**Records**.
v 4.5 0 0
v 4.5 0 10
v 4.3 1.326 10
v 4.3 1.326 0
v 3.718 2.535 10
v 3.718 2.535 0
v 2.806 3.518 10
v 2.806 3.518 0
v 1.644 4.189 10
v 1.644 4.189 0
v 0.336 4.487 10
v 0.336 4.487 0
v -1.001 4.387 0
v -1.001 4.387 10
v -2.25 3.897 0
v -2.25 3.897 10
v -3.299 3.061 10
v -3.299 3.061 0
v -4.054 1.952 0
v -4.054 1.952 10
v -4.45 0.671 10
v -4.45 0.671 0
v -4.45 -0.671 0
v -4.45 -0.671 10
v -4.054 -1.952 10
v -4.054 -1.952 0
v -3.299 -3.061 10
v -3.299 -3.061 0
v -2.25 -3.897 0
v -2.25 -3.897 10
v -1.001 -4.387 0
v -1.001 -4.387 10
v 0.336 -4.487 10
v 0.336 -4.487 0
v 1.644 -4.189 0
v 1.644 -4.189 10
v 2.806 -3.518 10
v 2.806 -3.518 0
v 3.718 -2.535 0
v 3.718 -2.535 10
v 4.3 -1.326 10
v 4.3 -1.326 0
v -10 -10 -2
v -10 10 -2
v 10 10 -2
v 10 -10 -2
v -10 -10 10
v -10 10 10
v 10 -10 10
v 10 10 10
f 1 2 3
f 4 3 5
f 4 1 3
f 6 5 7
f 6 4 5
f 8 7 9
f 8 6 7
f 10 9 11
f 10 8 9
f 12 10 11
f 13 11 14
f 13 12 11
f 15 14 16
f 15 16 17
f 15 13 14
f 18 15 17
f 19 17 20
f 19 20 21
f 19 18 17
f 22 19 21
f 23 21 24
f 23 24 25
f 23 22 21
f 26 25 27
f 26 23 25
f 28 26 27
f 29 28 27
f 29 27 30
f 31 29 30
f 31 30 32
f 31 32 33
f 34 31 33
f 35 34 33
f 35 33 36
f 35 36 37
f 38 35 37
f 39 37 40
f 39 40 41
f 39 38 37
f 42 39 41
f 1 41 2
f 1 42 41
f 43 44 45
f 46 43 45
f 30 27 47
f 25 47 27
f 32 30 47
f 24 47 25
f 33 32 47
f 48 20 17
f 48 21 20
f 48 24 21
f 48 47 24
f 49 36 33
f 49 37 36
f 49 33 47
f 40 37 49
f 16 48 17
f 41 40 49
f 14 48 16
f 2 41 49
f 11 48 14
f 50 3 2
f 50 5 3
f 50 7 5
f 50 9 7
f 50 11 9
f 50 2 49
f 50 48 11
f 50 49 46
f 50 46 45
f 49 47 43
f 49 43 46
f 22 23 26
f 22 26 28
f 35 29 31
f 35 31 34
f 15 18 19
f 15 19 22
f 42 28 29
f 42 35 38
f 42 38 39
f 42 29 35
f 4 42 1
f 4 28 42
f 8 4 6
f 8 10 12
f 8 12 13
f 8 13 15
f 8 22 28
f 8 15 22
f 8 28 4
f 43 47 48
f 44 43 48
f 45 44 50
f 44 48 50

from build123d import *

# Parameters (mm, degrees)
SKETCH1_W           = 20
SKETCH1_H           = 20
SKETCH1_R           = 4.5
BOSS_EXTRUDE1_DEPTH = 10
SKETCH2_W           = 20
SKETCH2_H           = 20
BOSS_EXTRUDE2_DEPTH = 2


with BuildPart() as part:
    # Sketch1 → Boss-Extrude1 (new body)
    with BuildSketch(Plane.XY):
        Rectangle(SKETCH1_W, SKETCH1_H)
        Circle(SKETCH1_R, mode=Mode.SUBTRACT)
    extrude(amount=BOSS_EXTRUDE1_DEPTH)

    # Sketch2 → Boss-Extrude2 (add)
    with BuildSketch(Plane.XY):
        Rectangle(SKETCH2_W, SKETCH2_H)
    extrude(amount=-BOSS_EXTRUDE2_DEPTH)


solid = part.part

**Directions**.
Transcribe all the data word for word, as it appears above.

**Reply to the task**.
v 4.5 0 0
v 4.5 0 10
v 4.3 1.326 10
v 4.3 1.326 0
v 3.718 2.535 10
v 3.718 2.535 0
v 2.806 3.518 10
v 2.806 3.518 0
v 1.644 4.189 10
v 1.644 4.189 0
v 0.336 4.487 10
v 0.336 4.487 0
v -1.001 4.387 0
v -1.001 4.387 10
v -2.25 3.897 0
v -2.25 3.897 10
v -3.299 3.061 10
v -3.299 3.061 0
v -4.054 1.952 0
v -4.054 1.952 10
v -4.45 0.671 10
v -4.45 0.671 0
v -4.45 -0.671 0
v -4.45 -0.671 10
v -4.054 -1.952 10
v -4.054 -1.952 0
v -3.299 -3.061 10
v -3.299 -3.061 0
v -2.25 -3.897 0
v -2.25 -3.897 10
v -1.001 -4.387 0
v -1.001 -4.387 10
v 0.336 -4.487 10
v 0.336 -4.487 0
v 1.644 -4.189 0
v 1.644 -4.189 10
v 2.806 -3.518 10
v 2.806 -3.518 0
v 3.718 -2.535 0
v 3.718 -2.535 10
v 4.3 -1.326 10
v 4.3 -1.326 0
v -10 -10 -2
v -10 10 -2
v 10 10 -2
v 10 -10 -2
v -10 -10 10
v -10 10 10
v 10 -10 10
v 10 10 10
f 1 2 3
f 4 3 5
f 4 1 3
f 6 5 7
f 6 4 5
f 8 7 9
f 8 6 7
f 10 9 11
f 10 8 9
f 12 10 11
f 13 11 14
f 13 12 11
f 15 14 16
f 15 16 17
f 15 13 14
f 18 15 17
f 19 17 20
f 19 20 21
f 19 18 17
f 22 19 21
f 23 21 24
f 23 24 25
f 23 22 21
f 26 25 27
f 26 23 25
f 28 26 27
f 29 28 27
f 29 27 30
f 31 29 30
f 31 30 32
f 31 32 33
f 34 31 33
f 35 34 33
f 35 33 36
f 35 36 37
f 38 35 37
f 39 37 40
f 39 40 41
f 39 38 37
f 42 39 41
f 1 41 2
f 1 42 41
f 43 44 45
f 46 43 45
f 30 27 47
f 25 47 27
f 32 30 47
f 24 47 25
f 33 32 47
f 48 20 17
f 48 21 20
f 48 24 21
f 48 47 24
f 49 36 33
f 49 37 36
f 49 33 47
f 40 37 49
f 16 48 17
f 41 40 49
f 14 48 16
f 2 41 49
f 11 48 14
f 50 3 2
f 50 5 3
f 50 7 5
f 50 9 7
f 50 11 9
f 50 2 49
f 50 48 11
f 50 49 46
f 50 46 45
f 49 47 43
f 49 43 46
f 22 23 26
f 22 26 28
f 35 29 31
f 35 31 34
f 15 18 19
f 15 19 22
f 42 28 29
f 42 35 38
f 42 38 39
f 42 29 35
f 4 42 1
f 4 28 42
f 8 4 6
f 8 10 12
f 8 12 13
f 8 13 15
f 8 22 28
f 8 15 22
f 8 28 4
f 43 47 48
f 44 43 48
f 45 44 50
f 44 48 50

from build123d import *

# Parameters (mm, degrees)
SKETCH1_W           = 20
SKETCH1_H           = 20
SKETCH1_R           = 4.5
BOSS_EXTRUDE1_DEPTH = 10
SKETCH2_W           = 20
SKETCH2_H           = 20
BOSS_EXTRUDE2_DEPTH = 2


with BuildPart() as part:
    # Sketch1 → Boss-Extrude1 (new body)
    with BuildSketch(Plane.XY):
        Rectangle(SKETCH1_W, SKETCH1_H)
        Circle(SKETCH1_R, mode=Mode.SUBTRACT)
    extrude(amount=BOSS_EXTRUDE1_DEPTH)

    # Sketch2 → Boss-Extrude2 (add)
    with BuildSketch(Plane.XY):
        Rectangle(SKETCH2_W, SKETCH2_H)
    extrude(amount=-BOSS_EXTRUDE2_DEPTH)


solid = part.part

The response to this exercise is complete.